- _Exercise details_
The expected output is exactly the lines below, starting at the line with "#329=ORIENTED_EDGE('',*,*,#66,.T.);" and ending at the line with "#371=ORIENTED_EDGE('',*,*,#284,.F.);", both included; no other line belongs in it.

*** The input Section Begins ***

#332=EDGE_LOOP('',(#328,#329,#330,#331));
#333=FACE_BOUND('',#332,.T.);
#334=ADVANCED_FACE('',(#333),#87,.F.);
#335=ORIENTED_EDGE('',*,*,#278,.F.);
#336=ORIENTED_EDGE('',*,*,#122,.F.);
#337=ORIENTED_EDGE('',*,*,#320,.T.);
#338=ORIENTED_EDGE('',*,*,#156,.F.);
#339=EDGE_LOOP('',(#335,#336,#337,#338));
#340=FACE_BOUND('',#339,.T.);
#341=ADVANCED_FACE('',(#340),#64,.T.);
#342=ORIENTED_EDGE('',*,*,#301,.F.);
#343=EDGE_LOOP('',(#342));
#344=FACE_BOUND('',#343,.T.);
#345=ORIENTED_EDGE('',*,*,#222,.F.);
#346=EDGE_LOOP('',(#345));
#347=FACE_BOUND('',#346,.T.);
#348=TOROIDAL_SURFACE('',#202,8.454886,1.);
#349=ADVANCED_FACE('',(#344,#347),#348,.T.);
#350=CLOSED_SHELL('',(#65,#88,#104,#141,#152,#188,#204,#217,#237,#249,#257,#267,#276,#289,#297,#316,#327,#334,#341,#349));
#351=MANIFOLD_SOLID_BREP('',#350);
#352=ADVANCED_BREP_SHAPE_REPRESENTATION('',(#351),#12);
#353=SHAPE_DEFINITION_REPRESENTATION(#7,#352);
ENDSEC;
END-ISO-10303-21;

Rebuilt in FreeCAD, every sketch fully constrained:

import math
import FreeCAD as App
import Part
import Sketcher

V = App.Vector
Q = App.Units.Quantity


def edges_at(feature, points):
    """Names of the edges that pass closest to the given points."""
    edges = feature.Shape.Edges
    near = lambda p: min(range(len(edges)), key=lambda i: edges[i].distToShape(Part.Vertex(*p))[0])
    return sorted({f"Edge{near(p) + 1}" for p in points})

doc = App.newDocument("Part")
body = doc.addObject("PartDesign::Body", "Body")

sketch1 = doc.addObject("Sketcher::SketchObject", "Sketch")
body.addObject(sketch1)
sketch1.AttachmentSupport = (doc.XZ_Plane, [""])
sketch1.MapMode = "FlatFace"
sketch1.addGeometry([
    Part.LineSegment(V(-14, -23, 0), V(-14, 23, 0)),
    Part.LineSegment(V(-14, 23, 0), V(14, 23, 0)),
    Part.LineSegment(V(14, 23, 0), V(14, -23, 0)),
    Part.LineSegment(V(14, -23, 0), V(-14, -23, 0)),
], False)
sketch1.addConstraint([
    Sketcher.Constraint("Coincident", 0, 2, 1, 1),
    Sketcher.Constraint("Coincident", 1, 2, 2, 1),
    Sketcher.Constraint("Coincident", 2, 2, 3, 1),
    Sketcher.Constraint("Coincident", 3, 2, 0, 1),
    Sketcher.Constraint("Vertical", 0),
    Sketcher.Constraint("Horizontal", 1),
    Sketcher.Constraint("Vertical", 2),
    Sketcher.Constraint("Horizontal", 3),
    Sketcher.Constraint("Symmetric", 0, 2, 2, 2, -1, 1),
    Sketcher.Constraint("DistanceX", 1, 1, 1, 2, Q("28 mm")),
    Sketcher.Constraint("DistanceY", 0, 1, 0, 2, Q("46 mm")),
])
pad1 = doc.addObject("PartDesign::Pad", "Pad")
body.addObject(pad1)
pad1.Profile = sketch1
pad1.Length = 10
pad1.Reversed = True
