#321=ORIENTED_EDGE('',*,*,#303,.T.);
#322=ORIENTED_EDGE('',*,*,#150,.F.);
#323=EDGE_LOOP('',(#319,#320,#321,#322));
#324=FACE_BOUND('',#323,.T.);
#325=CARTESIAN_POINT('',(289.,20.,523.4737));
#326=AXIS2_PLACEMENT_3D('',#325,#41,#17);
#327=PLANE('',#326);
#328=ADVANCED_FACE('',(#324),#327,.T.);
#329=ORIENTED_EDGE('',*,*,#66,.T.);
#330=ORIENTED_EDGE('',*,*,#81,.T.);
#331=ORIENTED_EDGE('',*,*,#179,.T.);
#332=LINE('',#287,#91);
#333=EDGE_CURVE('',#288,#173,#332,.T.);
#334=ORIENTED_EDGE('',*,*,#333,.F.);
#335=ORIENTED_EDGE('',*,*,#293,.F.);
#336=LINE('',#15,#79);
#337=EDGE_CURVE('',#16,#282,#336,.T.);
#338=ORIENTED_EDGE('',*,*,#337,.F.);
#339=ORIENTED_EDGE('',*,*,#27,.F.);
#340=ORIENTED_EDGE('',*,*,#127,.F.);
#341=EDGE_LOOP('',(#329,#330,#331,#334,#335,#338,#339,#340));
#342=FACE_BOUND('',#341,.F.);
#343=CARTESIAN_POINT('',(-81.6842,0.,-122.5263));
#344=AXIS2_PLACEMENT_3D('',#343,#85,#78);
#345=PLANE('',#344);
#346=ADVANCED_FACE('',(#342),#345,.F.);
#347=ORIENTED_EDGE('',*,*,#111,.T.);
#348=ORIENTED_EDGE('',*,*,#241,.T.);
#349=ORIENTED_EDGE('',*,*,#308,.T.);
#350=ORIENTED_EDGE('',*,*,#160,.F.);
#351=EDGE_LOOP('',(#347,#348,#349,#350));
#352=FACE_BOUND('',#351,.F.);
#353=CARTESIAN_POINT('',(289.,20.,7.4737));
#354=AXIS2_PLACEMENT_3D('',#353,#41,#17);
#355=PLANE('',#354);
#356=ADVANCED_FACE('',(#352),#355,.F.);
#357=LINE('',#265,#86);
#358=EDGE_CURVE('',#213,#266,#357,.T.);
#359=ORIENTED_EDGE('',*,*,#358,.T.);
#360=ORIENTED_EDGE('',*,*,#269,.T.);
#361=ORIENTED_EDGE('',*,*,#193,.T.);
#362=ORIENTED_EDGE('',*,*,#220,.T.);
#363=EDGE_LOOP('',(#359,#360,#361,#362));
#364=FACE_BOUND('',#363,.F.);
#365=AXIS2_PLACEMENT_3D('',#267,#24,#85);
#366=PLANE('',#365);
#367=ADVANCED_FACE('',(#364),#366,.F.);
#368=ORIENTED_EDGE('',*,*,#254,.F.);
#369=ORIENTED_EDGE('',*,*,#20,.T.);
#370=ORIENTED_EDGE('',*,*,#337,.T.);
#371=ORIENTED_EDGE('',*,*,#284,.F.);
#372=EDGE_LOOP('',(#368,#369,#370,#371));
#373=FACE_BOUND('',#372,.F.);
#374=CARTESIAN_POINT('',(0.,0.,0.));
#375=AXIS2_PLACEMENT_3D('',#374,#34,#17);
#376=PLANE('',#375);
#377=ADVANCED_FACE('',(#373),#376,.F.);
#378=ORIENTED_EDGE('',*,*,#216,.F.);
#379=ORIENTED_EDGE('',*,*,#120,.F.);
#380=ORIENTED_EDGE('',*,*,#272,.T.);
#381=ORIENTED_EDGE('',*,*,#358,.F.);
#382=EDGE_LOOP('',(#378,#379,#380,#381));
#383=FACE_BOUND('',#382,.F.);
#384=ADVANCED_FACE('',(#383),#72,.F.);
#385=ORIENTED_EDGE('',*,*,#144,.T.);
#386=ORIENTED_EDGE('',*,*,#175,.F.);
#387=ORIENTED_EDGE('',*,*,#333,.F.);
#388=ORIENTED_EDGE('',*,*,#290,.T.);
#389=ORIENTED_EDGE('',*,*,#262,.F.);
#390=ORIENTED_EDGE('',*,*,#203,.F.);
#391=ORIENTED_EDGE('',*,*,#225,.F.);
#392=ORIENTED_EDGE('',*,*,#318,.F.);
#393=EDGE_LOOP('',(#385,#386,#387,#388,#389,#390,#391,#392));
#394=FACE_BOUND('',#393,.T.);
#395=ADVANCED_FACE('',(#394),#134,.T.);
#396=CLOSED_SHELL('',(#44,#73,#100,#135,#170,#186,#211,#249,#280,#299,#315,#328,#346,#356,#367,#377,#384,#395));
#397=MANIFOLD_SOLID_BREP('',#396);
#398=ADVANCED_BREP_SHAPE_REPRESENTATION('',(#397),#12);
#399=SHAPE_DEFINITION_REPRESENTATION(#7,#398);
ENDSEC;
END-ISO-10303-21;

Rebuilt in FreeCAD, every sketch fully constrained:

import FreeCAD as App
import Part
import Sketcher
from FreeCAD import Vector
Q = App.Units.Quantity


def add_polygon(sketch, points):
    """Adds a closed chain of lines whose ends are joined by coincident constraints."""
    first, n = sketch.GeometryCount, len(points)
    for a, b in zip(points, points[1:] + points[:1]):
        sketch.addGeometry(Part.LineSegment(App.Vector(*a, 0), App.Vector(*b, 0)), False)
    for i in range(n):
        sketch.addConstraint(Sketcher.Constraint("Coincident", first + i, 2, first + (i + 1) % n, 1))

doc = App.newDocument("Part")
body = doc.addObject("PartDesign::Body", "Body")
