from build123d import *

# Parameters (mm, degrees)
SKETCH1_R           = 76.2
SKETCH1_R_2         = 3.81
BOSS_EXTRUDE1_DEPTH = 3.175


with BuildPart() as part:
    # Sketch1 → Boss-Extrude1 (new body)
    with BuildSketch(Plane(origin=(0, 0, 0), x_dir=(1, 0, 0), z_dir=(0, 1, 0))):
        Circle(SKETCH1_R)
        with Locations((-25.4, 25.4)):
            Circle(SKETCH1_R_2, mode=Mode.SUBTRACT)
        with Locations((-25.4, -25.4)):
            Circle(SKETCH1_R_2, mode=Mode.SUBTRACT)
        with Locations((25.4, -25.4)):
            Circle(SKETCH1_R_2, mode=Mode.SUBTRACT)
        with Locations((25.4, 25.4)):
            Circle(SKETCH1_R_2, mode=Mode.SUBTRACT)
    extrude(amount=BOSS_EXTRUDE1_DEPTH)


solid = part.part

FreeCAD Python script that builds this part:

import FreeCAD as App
import Part
import Sketcher

V = App.Vector
Q = App.Units.Quantity

doc = App.newDocument("Part")
body = doc.addObject("PartDesign::Body", "Body")

# Sketch on XZ plane
sketch1 = body.newObject("Sketcher::SketchObject", "Sketch")
sketch1.AttachmentSupport = (doc.getObject("XZ_Plane"), [""])
sketch1.MapMode = "FlatFace"
sketch1.addGeometry(Part.Circle(V(0, 0, 0), V(0, 0, 1), 76.2), False)
sketch1.addGeometry(Part.Circle(V(-25.4, 25.4, 0), V(0, 0, 1), 3.8), False)
sketch1.addGeometry(Part.Circle(V(25.4, 25.4, 0), V(0, 0, 1), 3.8), False)
sketch1.addGeometry(Part.Circle(V(-25.4, -25.4, 0), V(0, 0, 1), 3.8), False)
sketch1.addGeometry(Part.Circle(V(25.4, -25.4, 0), V(0, 0, 1), 3.8), False)
sketch1.addConstraint(Sketcher.Constraint("Coincident", 0, 3, -1, 1))
sketch1.addConstraint(Sketcher.Constraint("Equal", 1, 2))
sketch1.addConstraint(Sketcher.Constraint("Equal", 2, 3))
sketch1.addConstraint(Sketcher.Constraint("Equal", 3, 4))
sketch1.addConstraint(Sketcher.Constraint("Symmetric", 2, 3, 3, 3, -1, 1))
sketch1.addConstraint(Sketcher.Constraint("Symmetric", 1, 3, 4, 3, -1, 1))
sketch1.addConstraint(Sketcher.Constraint("Symmetric", 1, 3, 2, 3, -2))
sketch1.addConstraint(Sketcher.Constraint("Diameter", 0, Q("6 in")))
sketch1.addConstraint(Sketcher.Constraint("Diameter", 1, Q("0.3 in")))
sketch1.addConstraint(Sketcher.Constraint("DistanceX", 1, 3, -1, 1, Q("1 in")))
sketch1.addConstraint(Sketcher.Constraint("DistanceY", -1, 1, 1, 3, Q("1 in")))
pad1 = body.newObject("PartDesign::Pad", "Pad")
pad1.Profile = sketch1
pad1.Length = Q("0.125 in")
pad1.Reversed = True

doc.recompute()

*** The input Section Ends ***

- _Solution below_
#329=ORIENTED_EDGE('',*,*,#66,.T.);
#330=ORIENTED_EDGE('',*,*,#81,.T.);
#331=ORIENTED_EDGE('',*,*,#179,.T.);
#332=LINE('',#287,#91);
#333=EDGE_CURVE('',#288,#173,#332,.T.);
#334=ORIENTED_EDGE('',*,*,#333,.F.);
#335=ORIENTED_EDGE('',*,*,#293,.F.);
#336=LINE('',#15,#79);
#337=EDGE_CURVE('',#16,#282,#336,.T.);
#338=ORIENTED_EDGE('',*,*,#337,.F.);
#339=ORIENTED_EDGE('',*,*,#27,.F.);
#340=ORIENTED_EDGE('',*,*,#127,.F.);
#341=EDGE_LOOP('',(#329,#330,#331,#334,#335,#338,#339,#340));
#342=FACE_BOUND('',#341,.F.);
#343=CARTESIAN_POINT('',(-81.6842,0.,-122.5263));
#344=AXIS2_PLACEMENT_3D('',#343,#85,#78);
#345=PLANE('',#344);
#346=ADVANCED_FACE('',(#342),#345,.F.);
#347=ORIENTED_EDGE('',*,*,#111,.T.);
#348=ORIENTED_EDGE('',*,*,#241,.T.);
#349=ORIENTED_EDGE('',*,*,#308,.T.);
#350=ORIENTED_EDGE('',*,*,#160,.F.);
#351=EDGE_LOOP('',(#347,#348,#349,#350));
#352=FACE_BOUND('',#351,.F.);
#353=CARTESIAN_POINT('',(289.,20.,7.4737));
#354=AXIS2_PLACEMENT_3D('',#353,#41,#17);
#355=PLANE('',#354);
#356=ADVANCED_FACE('',(#352),#355,.F.);
#357=LINE('',#265,#86);
#358=EDGE_CURVE('',#213,#266,#357,.T.);
#359=ORIENTED_EDGE('',*,*,#358,.T.);
#360=ORIENTED_EDGE('',*,*,#269,.T.);
#361=ORIENTED_EDGE('',*,*,#193,.T.);
#362=ORIENTED_EDGE('',*,*,#220,.T.);
#363=EDGE_LOOP('',(#359,#360,#361,#362));
#364=FACE_BOUND('',#363,.F.);
#365=AXIS2_PLACEMENT_3D('',#267,#24,#85);
#366=PLANE('',#365);
#367=ADVANCED_FACE('',(#364),#366,.F.);
#368=ORIENTED_EDGE('',*,*,#254,.F.);
#369=ORIENTED_EDGE('',*,*,#20,.T.);
#370=ORIENTED_EDGE('',*,*,#337,.T.);
#371=ORIENTED_EDGE('',*,*,#284,.F.);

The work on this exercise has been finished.